When we see people being treated or talked about without love by others, do we respond lovingly in that situation? Do we do what Pope Francis is doing in Cairo, what Saint Peter did in Jerusalem, and take the risk of trying to shine the light of Christ into some of the darkness in the world around us? Or do we think, what’s the point? It won’t accomplish anything. Haters gonna hate. Really?

Are our hearts burning? Are we cut to the heart?

Today is the third Sunday in Easter, the season between Easter Sunday (when our Gospel story is set) and Pentecost (when our first reading from Acts is set). In this season above all, but also every Sunday of the year, which we celebrate as the Lord’s Day because of the resurrection of Jesus Christ, we celebrate the work of God that began on Easter Sunday.

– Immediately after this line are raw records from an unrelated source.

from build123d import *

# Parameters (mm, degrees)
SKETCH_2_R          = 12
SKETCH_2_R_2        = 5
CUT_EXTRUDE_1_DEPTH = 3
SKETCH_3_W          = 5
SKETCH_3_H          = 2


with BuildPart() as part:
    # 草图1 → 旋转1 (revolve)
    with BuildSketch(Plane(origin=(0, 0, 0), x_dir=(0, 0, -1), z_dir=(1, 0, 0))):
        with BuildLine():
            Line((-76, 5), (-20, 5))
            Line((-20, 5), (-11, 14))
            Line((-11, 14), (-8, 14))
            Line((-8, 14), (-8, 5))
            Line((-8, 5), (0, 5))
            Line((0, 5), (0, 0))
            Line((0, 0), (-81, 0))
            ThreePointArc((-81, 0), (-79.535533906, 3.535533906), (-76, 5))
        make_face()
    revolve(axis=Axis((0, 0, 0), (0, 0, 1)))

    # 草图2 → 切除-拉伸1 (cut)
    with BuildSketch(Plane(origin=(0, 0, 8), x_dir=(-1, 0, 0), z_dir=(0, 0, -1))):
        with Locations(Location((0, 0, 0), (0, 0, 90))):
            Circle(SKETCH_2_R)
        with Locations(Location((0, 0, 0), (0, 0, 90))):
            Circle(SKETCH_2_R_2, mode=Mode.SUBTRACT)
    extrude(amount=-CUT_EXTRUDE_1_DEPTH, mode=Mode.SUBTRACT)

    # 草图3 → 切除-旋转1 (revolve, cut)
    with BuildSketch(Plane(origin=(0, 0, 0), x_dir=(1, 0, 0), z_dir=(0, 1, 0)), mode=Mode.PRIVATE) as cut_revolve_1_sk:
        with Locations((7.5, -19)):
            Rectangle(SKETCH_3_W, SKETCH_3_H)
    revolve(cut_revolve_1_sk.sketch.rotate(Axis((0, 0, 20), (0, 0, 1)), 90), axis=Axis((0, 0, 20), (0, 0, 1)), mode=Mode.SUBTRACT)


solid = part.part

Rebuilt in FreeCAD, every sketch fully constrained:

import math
import FreeCAD as App
import Part
import Sketcher
from FreeCAD import Vector


def add_polygon(sketch, points):
    """Adds a closed chain of lines whose ends are joined by coincident constraints."""
    first, n = sketch.GeometryCount, len(points)
    for a, b in zip(points, points[1:] + points[:1]):
        sketch.addGeometry(Part.LineSegment(App.Vector(*a, 0), App.Vector(*b, 0)), False)
    for i in range(n):
        sketch.addConstraint(Sketcher.Constraint("Coincident", first + i, 2, first + (i + 1) % n, 1))

doc = App.newDocument("Part")
body = doc.addObject("PartDesign::Body", "Body")

sketch1 = body.newObject("Sketcher::SketchObject", "Sketch")
sketch1.AttachmentSupport = (doc.getObject("YZ_Plane"), [""])
sketch1.MapMode = "FlatFace"
sketch1.addGeometry([
    Part.LineSegment(Vector(5, 20, 0), Vector(5, 76, 0)),
    Part.ArcOfCircle(Part.Circle(Vector(0, 76, 0), Vector(0, 0, 1), 5), math.radians(0), math.radians(90)),
    Part.LineSegment(Vector(0, 81, 0), Vector(0, 0, 0)),
    Part.LineSegment(Vector(0, 0, 0), Vector(5, 0, 0)),
    Part.LineSegment(Vector(5, 0, 0), Vector(5, 8, 0)),
    Part.LineSegment(Vector(5, 8, 0), Vector(14, 8, 0)),
    Part.LineSegment(Vector(14, 8, 0), Vector(14, 11, 0)),
    Part.LineSegment(Vector(14, 11, 0), Vector(5, 20, 0)),
], False)
sketch1.addConstraint([
    Sketcher.Constraint("Tangent", 0, 2, 1, 1),
    Sketcher.Constraint("Coincident", 1, 2, 2, 1),
    Sketcher.Constraint("Coincident", 2, 2, 3, 1),
    Sketcher.Constraint("Coincident", 3, 2, 4, 1),
    Sketcher.Constraint("Coincident", 4, 2, 5, 1),
    Sketcher.Constraint("Coincident", 5, 2, 6, 1),
    Sketcher.Constraint("Coincident", 6, 2, 7, 1),
    Sketcher.Constraint("Coincident", 7, 2, 0, 1),
    Sketcher.Constraint("Vertical", 0),
    Sketcher.Constraint("Vertical", 2),
    Sketcher.Constraint("Horizontal", 3),
    Sketcher.Constraint("Vertical", 4),
    Sketcher.Constraint("Horizontal", 5),
    Sketcher.Constraint("Vertical", 6),
    Sketcher.Constraint("Coincident", 2, 2, -1, 1),
    Sketcher.Constraint("PointOnObject", 1, 3, -2),
    Sketcher.Constraint("Vertical", 0, 2, 3, 2),
    Sketcher.Constraint("Radius", 1, 5.0),
    Sketcher.Constraint("DistanceX", 5, 1, 5, 2, 9.0),
    Sketcher.Constraint("DistanceY", 0, 1, 0, 2, 56.0),
    Sketcher.Constraint("DistanceY", 2, 2, 2, 1, 81.0),
    Sketcher.Constraint("DistanceY", 4, 1, 4, 2, 8.0),
    Sketcher.Constraint("DistanceY", 6, 1, 6, 2, 3.0),
])
revolution = body.newObject("PartDesign::Revolution", "Revolution")
revolution.Profile = sketch1
revolution.ReferenceAxis = (sketch1, ["V_Axis"])
revolution.Angle = 360

sketch2 = body.newObject("Sketcher::SketchObject", "Sketch001")
sketch2.AttachmentSupport = (doc.getObject("XY_Plane"), [""])
sketch2.MapMode = "FlatFace"
sketch2.AttachmentOffset = App.Placement(Vector(0, 0, 8), App.Rotation())
sketch2.addGeometry([
    Part.Circle(Vector(0, 0, 0), Vector(0, 0, 1), 12),
    Part.Circle(Vector(0, 0, 0), Vector(0, 0, 1), 5),
], False)
sketch2.addConstraint([
    Sketcher.Constraint("Coincident", 0, 3, -1, 1),
    Sketcher.Constraint("Coincident", 1, 3, -1, 1),
    Sketcher.Constraint("Diameter", 0, 24.0),
    Sketcher.Constraint("Diameter", 1, 10.0),
])
pocket1 = body.newObject("PartDesign::Pocket", "Pocket")
pocket1.Profile = sketch2
pocket1.Length = 3
pocket1.Reversed = True

sketch3 = body.newObject("Sketcher::SketchObject", "Sketch002")
sketch3.AttachmentSupport = (doc.getObject("XZ_Plane"), [""])
sketch3.MapMode = "FlatFace"
add_polygon(sketch3, [(5, 18), (5, 20), (10, 20), (10, 18)])
sketch3.addConstraint([
    Sketcher.Constraint("Vertical", 0),
    Sketcher.Constraint("Horizontal", 1),
    Sketcher.Constraint("Vertical", 2),
    Sketcher.Constraint("Horizontal", 3),
    Sketcher.Constraint("DistanceX", 1, 1, 1, 2, 5.0),
    Sketcher.Constraint("DistanceY", 0, 1, 0, 2, 2.0),
    Sketcher.Constraint("DistanceX", -1, 1, 0, 2, 5.0),
    Sketcher.Constraint("DistanceY", -1, 1, 0, 2, 20.0),
])
groove = body.newObject("PartDesign::Groove", "Groove")
groove.Profile = sketch3
groove.ReferenceAxis = (sketch3, ["V_Axis"])
groove.Angle = 360

doc.recompute()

The resurrection of Jesus is not just a happy ending to the story of Jesus’ passion and death. It’s not just a show of divine power or proof that Jesus really was who he said he was. The resurrection of Jesus is the beginning of God’s work in restoring all things, of undoing all sin and evil, of healing all wounds, overcoming all divisions between peoples, breaking down all barriers of hostility and hatred, gathering the broken human family into one.

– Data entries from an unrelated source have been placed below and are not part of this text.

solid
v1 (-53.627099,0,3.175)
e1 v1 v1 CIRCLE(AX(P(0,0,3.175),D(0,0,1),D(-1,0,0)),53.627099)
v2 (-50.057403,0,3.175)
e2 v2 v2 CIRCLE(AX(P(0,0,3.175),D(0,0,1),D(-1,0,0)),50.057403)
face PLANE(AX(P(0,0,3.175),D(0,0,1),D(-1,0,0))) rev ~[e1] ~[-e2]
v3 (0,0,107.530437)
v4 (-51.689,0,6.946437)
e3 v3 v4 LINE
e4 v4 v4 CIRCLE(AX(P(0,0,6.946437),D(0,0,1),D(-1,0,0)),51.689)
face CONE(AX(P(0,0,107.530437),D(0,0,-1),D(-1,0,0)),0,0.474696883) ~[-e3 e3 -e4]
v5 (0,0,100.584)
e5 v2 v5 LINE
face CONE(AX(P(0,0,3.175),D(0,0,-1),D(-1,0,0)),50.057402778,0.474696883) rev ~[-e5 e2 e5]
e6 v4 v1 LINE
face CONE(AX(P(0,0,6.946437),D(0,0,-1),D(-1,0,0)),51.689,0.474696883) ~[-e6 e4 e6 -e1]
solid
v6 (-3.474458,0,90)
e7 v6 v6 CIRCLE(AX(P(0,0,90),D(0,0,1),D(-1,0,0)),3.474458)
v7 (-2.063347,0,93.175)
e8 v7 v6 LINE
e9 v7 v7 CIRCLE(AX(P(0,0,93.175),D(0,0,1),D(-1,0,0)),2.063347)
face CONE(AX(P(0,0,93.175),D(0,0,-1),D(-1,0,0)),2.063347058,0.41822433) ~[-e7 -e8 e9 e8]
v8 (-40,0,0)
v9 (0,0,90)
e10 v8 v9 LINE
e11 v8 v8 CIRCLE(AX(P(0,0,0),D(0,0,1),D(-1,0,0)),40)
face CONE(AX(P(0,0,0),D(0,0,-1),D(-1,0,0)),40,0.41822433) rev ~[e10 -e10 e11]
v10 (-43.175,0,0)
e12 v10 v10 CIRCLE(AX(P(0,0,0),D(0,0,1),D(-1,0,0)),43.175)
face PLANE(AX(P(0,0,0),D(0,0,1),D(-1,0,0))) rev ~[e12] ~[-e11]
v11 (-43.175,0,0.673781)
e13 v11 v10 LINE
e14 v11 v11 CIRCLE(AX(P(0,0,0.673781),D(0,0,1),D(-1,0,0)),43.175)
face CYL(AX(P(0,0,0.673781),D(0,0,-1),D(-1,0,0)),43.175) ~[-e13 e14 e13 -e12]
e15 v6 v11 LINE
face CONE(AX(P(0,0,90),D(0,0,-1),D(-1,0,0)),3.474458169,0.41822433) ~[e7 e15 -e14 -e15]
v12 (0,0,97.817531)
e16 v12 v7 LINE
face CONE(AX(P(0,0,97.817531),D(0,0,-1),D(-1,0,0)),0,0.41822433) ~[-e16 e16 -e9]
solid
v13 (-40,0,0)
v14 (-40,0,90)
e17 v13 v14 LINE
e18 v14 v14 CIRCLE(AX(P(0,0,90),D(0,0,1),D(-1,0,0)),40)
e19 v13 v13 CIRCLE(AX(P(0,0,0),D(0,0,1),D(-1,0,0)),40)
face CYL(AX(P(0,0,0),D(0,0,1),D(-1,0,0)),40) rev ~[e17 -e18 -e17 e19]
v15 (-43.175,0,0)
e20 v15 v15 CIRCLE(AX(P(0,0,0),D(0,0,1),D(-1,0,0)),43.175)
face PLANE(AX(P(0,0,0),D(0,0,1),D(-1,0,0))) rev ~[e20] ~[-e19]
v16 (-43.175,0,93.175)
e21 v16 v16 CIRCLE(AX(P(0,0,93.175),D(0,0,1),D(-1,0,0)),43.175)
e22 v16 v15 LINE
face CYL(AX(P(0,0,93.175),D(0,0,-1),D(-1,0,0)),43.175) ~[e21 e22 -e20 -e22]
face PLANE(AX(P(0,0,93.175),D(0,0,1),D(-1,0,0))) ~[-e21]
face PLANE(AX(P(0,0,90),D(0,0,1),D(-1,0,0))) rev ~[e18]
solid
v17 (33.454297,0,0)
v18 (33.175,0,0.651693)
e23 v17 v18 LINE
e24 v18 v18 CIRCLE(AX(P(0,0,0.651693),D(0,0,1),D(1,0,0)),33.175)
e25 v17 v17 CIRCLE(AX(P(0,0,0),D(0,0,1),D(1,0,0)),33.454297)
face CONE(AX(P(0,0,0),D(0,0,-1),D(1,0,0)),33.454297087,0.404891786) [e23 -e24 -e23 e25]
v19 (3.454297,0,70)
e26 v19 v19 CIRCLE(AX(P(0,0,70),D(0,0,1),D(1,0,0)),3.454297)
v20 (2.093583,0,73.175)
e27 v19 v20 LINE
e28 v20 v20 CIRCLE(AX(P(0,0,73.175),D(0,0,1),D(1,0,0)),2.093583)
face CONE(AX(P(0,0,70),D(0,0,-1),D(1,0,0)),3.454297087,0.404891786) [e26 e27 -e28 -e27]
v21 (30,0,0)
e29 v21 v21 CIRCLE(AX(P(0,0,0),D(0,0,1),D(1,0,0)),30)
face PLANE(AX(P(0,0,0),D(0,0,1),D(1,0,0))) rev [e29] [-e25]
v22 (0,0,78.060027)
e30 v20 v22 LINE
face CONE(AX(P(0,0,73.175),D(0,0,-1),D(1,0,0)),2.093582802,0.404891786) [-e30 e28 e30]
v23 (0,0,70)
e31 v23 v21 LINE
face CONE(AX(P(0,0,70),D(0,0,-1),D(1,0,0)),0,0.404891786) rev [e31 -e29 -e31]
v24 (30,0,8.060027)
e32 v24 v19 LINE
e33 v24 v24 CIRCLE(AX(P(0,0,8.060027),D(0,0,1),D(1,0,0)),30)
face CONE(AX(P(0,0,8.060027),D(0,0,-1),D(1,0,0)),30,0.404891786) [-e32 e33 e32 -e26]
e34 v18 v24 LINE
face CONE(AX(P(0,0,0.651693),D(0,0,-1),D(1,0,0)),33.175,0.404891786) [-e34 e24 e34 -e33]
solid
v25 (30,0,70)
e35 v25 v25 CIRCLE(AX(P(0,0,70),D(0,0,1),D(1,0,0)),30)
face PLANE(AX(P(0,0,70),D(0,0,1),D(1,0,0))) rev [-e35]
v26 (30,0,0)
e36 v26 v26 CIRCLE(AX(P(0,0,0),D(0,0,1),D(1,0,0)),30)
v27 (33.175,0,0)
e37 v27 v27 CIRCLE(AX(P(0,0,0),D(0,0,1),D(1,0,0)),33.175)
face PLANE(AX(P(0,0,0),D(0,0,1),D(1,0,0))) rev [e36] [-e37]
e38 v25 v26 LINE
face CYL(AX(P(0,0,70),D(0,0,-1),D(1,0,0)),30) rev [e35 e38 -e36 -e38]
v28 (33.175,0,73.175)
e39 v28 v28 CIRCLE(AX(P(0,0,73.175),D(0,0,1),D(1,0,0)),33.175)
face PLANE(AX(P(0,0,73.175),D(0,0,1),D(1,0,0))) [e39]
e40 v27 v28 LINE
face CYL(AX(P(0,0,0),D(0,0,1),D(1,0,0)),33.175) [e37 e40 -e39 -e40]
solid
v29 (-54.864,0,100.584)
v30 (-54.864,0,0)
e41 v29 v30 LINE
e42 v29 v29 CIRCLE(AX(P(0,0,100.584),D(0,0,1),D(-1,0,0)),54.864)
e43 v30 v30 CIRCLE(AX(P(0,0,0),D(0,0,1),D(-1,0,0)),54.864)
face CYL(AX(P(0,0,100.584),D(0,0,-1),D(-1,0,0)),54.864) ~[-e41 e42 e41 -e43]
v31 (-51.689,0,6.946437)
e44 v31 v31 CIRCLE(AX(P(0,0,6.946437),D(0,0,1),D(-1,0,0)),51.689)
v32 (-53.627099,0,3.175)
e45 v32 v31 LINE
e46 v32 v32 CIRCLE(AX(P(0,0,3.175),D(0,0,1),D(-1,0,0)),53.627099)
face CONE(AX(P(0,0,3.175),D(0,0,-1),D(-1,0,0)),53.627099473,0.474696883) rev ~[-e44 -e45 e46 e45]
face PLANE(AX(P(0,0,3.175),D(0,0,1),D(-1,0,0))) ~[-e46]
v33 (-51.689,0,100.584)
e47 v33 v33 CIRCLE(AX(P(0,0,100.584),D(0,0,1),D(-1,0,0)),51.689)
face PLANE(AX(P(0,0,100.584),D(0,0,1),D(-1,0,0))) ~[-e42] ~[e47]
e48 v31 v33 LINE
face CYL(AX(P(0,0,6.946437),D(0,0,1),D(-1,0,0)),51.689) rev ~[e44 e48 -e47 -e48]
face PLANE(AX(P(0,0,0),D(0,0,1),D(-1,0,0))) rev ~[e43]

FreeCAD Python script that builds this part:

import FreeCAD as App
import Part
import Sketcher

V = App.Vector

doc = App.newDocument("Part")
body = doc.addObject("PartDesign::Body", "Body")

sketch1 = body.newObject("Sketcher::SketchObject", "Sketch")
sketch1.AttachmentSupport = (doc.getObject("XZ_Plane"), [""])
sketch1.MapMode = "FlatFace"
sketch1.addGeometry(Part.LineSegment(V(0, 0, 0), V(0, 3.2, 0)), False)
sketch1.addGeometry(Part.LineSegment(V(0, 3.2, 0), V(-53.6, 3.2, 0)), False)
sketch1.addGeometry(Part.LineSegment(V(-53.6, 3.2, 0), V(-51.7, 6.9, 0)), False)
sketch1.addGeometry(Part.LineSegment(V(-51.7, 6.9, 0), V(-51.7, 100.6, 0)), False)
sketch1.addGeometry(Part.LineSegment(V(-51.7, 100.6, 0), V(-54.9, 100.6, 0)), False)
sketch1.addGeometry(Part.LineSegment(V(-54.9, 100.6, 0), V(-54.9, 0, 0)), False)
sketch1.addGeometry(Part.LineSegment(V(-54.9, 0, 0), V(0, 0, 0)), False)
sketch1.addConstraint(Sketcher.Constraint("Coincident", 0, 2, 1, 1))
sketch1.addConstraint(Sketcher.Constraint("Coincident", 1, 2, 2, 1))
sketch1.addConstraint(Sketcher.Constraint("Coincident", 2, 2, 3, 1))
sketch1.addConstraint(Sketcher.Constraint("Coincident", 3, 2, 4, 1))
sketch1.addConstraint(Sketcher.Constraint("Coincident", 4, 2, 5, 1))
sketch1.addConstraint(Sketcher.Constraint("Coincident", 5, 2, 6, 1))
sketch1.addConstraint(Sketcher.Constraint("Coincident", 6, 2, 0, 1))
sketch1.addConstraint(Sketcher.Constraint("Vertical", 0))
sketch1.addConstraint(Sketcher.Constraint("Horizontal", 1))
sketch1.addConstraint(Sketcher.Constraint("Vertical", 3))
sketch1.addConstraint(Sketcher.Constraint("Horizontal", 4))
sketch1.addConstraint(Sketcher.Constraint("Vertical", 5))
sketch1.addConstraint(Sketcher.Constraint("Horizontal", 6))
sketch1.addConstraint(Sketcher.Constraint("Coincident", 6, 2, -1, 1))
sketch1.addConstraint(Sketcher.Constraint("Equal", 4, 0))
sketch1.addConstraint(Sketcher.Constraint("DistanceX", 4, 2, 4, 1, 3.175))
sketch1.addConstraint(Sketcher.Constraint("DistanceX", 6, 1, 6, 2, 54.864))
sketch1.addConstraint(Sketcher.Constraint("DistanceY", 5, 2, 5, 1, 100.584))
sketch1.addConstraint(Sketcher.Constraint("DistanceX", 1, 2, 1, 1, 53.627099))
sketch1.addConstraint(Sketcher.Constraint("Distance", 2, 4.240279))
revolution = body.newObject("PartDesign::Revolution", "Revolution")
revolution.Profile = sketch1
revolution.ReferenceAxis = (sketch1, ["V_Axis"])
revolution.Angle = 360
body2 = doc.addObject("PartDesign::Body", "Body001")

sketch2 = body2.newObject("Sketcher::SketchObject", "Sketch001")
sketch2.AttachmentSupport = (doc.getObject("XZ_Plane001"), [""])
sketch2.MapMode = "FlatFace"
sketch2.addGeometry(Part.LineSegment(V(-50.1, 3.2, 0), V(0, 100.6, 0)), False)
sketch2.addGeometry(Part.LineSegment(V(0, 100.6, 0), V(0, 107.5, 0)), False)
sketch2.addGeometry(Part.LineSegment(V(0, 107.5, 0), V(-51.7, 6.9, 0)), False)
sketch2.addGeometry(Part.LineSegment(V(-51.7, 6.9, 0), V(-53.6, 3.2, 0)), False)
sketch2.addGeometry(Part.LineSegment(V(-53.6, 3.2, 0), V(-50.1, 3.2, 0)), False)
sketch2.addConstraint(Sketcher.Constraint("Coincident", 0, 2, 1, 1))
sketch2.addConstraint(Sketcher.Constraint("Coincident", 1, 2, 2, 1))
sketch2.addConstraint(Sketcher.Constraint("Coincident", 2, 2, 3, 1))
sketch2.addConstraint(Sketcher.Constraint("Coincident", 3, 2, 4, 1))
sketch2.addConstraint(Sketcher.Constraint("Coincident", 4, 2, 0, 1))
sketch2.addConstraint(Sketcher.Constraint("Vertical", 1))
sketch2.addConstraint(Sketcher.Constraint("Horizontal", 4))
sketch2.addConstraint(Sketcher.Constraint("PointOnObject", 0, 2, -2))
sketch2.addConstraint(Sketcher.Constraint("Parallel", 0, 2))
sketch2.addConstraint(Sketcher.Constraint("Parallel", 2, 3))
sketch2.addConstraint(Sketcher.Constraint("DistanceY", -1, 1, 0, 2, 100.584))
sketch2.addConstraint(Sketcher.Constraint("DistanceX", 2, 2, -1, 1, 51.689))
sketch2.addConstraint(Sketcher.Constraint("DistanceY", -1, 1, 3, 2, 3.175))
sketch2.addConstraint(Sketcher.Constraint("DistanceY", 2, 2, 1, 2, 100.584))
sketch2.addConstraint(Sketcher.Constraint("DistanceX", 3, 2, -1, 1, 53.627099))
revolution2 = body2.newObject("PartDesign::Revolution", "Revolution001")
revolution2.Profile = sketch2
revolution2.ReferenceAxis = (sketch2, ["V_Axis"])
revolution2.Angle = 360
body3 = doc.addObject("PartDesign::Body", "Body002")

sketch3 = body3.newObject("Sketcher::SketchObject", "Sketch002")
sketch3.AttachmentSupport = (doc.getObject("XZ_Plane002"), [""])
sketch3.MapMode = "FlatFace"
sketch3.addGeometry(Part.LineSegment(V(-40, 90, 0), V(0, 90, 0)), False)
sketch3.addGeometry(Part.LineSegment(V(0, 90, 0), V(0, 93.2, 0)), False)
sketch3.addGeometry(Part.LineSegment(V(0, 93.2, 0), V(-43.2, 93.2, 0)), False)
sketch3.addGeometry(Part.LineSegment(V(-43.2, 93.2, 0), V(-43.2, 0, 0)), False)
sketch3.addGeometry(Part.LineSegment(V(-43.2, 0, 0), V(-40, 0, 0)), False)
sketch3.addGeometry(Part.LineSegment(V(-40, 0, 0), V(-40, 90, 0)), False)
sketch3.addConstraint(Sketcher.Constraint("Coincident", 0, 2, 1, 1))
sketch3.addConstraint(Sketcher.Constraint("Coincident", 1, 2, 2, 1))
sketch3.addConstraint(Sketcher.Constraint("Coincident", 2, 2, 3, 1))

Now that work is not complete until all of mankind is united under the Lord Jesus in heaven and under his vicar on earth, the successor to St. Peter. The Church is called “Catholic” because her mission is to the whole world. Even more than that, the work of redemption is not complete until all of mankind shares in Jesus’ resurrection at the Second Coming, and every one of us receives his or her just reward from Christ.

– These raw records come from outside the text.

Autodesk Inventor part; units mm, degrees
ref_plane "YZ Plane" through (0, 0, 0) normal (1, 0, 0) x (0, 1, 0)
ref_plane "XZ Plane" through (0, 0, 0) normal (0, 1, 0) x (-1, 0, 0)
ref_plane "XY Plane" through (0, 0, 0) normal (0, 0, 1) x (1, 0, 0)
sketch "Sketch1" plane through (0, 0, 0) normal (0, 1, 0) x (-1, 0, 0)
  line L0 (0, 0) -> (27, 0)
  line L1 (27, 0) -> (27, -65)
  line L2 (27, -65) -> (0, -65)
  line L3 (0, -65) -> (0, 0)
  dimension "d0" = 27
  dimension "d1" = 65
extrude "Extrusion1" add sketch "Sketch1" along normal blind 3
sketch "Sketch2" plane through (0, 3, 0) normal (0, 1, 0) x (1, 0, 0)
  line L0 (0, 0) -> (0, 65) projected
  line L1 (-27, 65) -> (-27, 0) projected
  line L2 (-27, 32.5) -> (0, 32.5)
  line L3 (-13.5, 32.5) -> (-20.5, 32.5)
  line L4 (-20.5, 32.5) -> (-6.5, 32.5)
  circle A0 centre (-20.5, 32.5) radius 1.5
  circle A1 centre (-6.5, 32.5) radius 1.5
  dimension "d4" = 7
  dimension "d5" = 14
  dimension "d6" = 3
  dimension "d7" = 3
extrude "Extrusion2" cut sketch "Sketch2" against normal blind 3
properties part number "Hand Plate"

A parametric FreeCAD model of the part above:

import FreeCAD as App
import Part
import Sketcher

V = App.Vector


def add_polygon(sketch, points):
    """Adds a closed chain of lines whose ends are joined by coincident constraints."""
    first, n = sketch.GeometryCount, len(points)
    for a, b in zip(points, points[1:] + points[:1]):
        sketch.addGeometry(Part.LineSegment(App.Vector(*a, 0), App.Vector(*b, 0)), False)
    for i in range(n):
        sketch.addConstraint(Sketcher.Constraint("Coincident", first + i, 2, first + (i + 1) % n, 1))

doc = App.newDocument("Part")
body = doc.addObject("PartDesign::Body", "Body")

sketch1 = body.newObject("Sketcher::SketchObject", "Sketch")
sketch1.AttachmentSupport = (doc.getObject("XZ_Plane"), [""])
sketch1.MapMode = "FlatFace"
add_polygon(sketch1, [(-27, 0), (0, 0), (0, -65), (-27, -65)])
sketch1.addConstraint([
    Sketcher.Constraint("Horizontal", 0),
    Sketcher.Constraint("Vertical", 1),
    Sketcher.Constraint("Horizontal", 2),
    Sketcher.Constraint("Vertical", 3),
    Sketcher.Constraint("Coincident", 0, 2, -1, 1),
    Sketcher.Constraint("DistanceX", 0, 1, 0, 2, 27.0),
    Sketcher.Constraint("DistanceY", 1, 2, 1, 1, 65.0),
])
pad1 = body.newObject("PartDesign::Pad", "Pad")
pad1.Profile = sketch1
pad1.Length = 3
pad1.Reversed = True

sketch2 = body.newObject("Sketcher::SketchObject", "Sketch001")
sketch2.AttachmentSupport = (doc.getObject("XZ_Plane"), [""])
sketch2.MapMode = "FlatFace"
sketch2.AttachmentOffset = App.Placement(V(0, 0, -3), App.Rotation())
sketch2.addGeometry([
    Part.Circle(V(-20.5, -32.5, 0), V(0, 0, 1), 1.5),
    Part.Circle(V(-6.5, -32.5, 0), V(0, 0, 1), 1.5),
], False)
sketch2.addConstraint([
    Sketcher.Constraint("Equal", 0, 1),
    Sketcher.Constraint("Horizontal", 0, 3, 1, 3),
    Sketcher.Constraint("Diameter", 0, 3.0),
    Sketcher.Constraint("DistanceX", 0, 3, 1, 3, 14.0),
    Sketcher.Constraint("DistanceX", 0, 3, -1, 1, 20.5),
    Sketcher.Constraint("DistanceY", 0, 3, -1, 1, 32.5),
])
pocket1 = body.newObject("PartDesign::Pocket", "Pocket")
pocket1.Profile = sketch2
pocket1.Length = 3
pocket1.Reversed = True

doc.recompute()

So the work of restoring all things, the work of redemption, that began with the resurrection will never be completed in this life as we know it. That doesn’t mean that, short of completion, redemption doesn’t move forward — or backward.

Redemption took a step forward in Cairo as the Catholic and Coptic Orthodox Churches drew closer together and as the Pope and the Grand Imam stood together against religious hatred and violence. These are steps forward.

It moves forward in our lives whenever we forgive family members or friends who’ve wronged us, or when we apologize and ask for forgiveness when we’re in the wrong. It moves forward when we visit or call someone who’s lonely, when we do something generous for someone who needs it, out of love for God.

It moves backward whenever we give in to pride or anger, greed or envy, lust or gluttony or sloth. It moves backward when we gossip, when we dwell on the failings of others when there’s no reason to. When we have double standards for “their” faults and “our” faults.

Did you know Pope Francis recently did a TED Talk? You can watch it online. Speaking to a room full of scientists, academics and cultural elites, Pope Francis talked about the need for a “revolution of tenderness.” “Each and every one of us,” he said, “can become a bright candle, a reminder that light will overcome darkness, and never the other way around.”

Now, we can choose to regard those words as merely inspiring rhetoric, like George H. W. Bush’s “thousand points of light.” Or we could choose to take it as a real challenge to live our lives differently. To be tender and gentle even with people who don’t deserve it. We should also note that the Pope says this doesn’t mean being

optimistically naïve and ignor[ing] the tragedy humanity is facing. Hope is the virtue of a heart that doesn’t lock itself into darkness, that doesn’t dwell on the past, does not simply get by in the present, but is able to see a tomorrow.

There are two mistakes we can make here: thinking this is impossible, that nothing’s really going to change, or thinking that we can accomplish it on our own. We can’t. We can’t do any of this — any more than we can raise the dead. But God can, and he did, and that’s where it starts, with God’s power. And it only moves forward in our lives through God’s power at work in each of us.

He offers us that power, above all, in the Eucharist. Like the two disciples on the Emmaus road, we need to know the Lord in the breaking of bread. The Eucharist is the continuation of the resurrection: the body and blood of Christ raised from the dead, glorified in heaven, given to us to eat and drink. May the Lord give us burning hearts to receive him worthily and to extend his work of redemption in every area of our lives.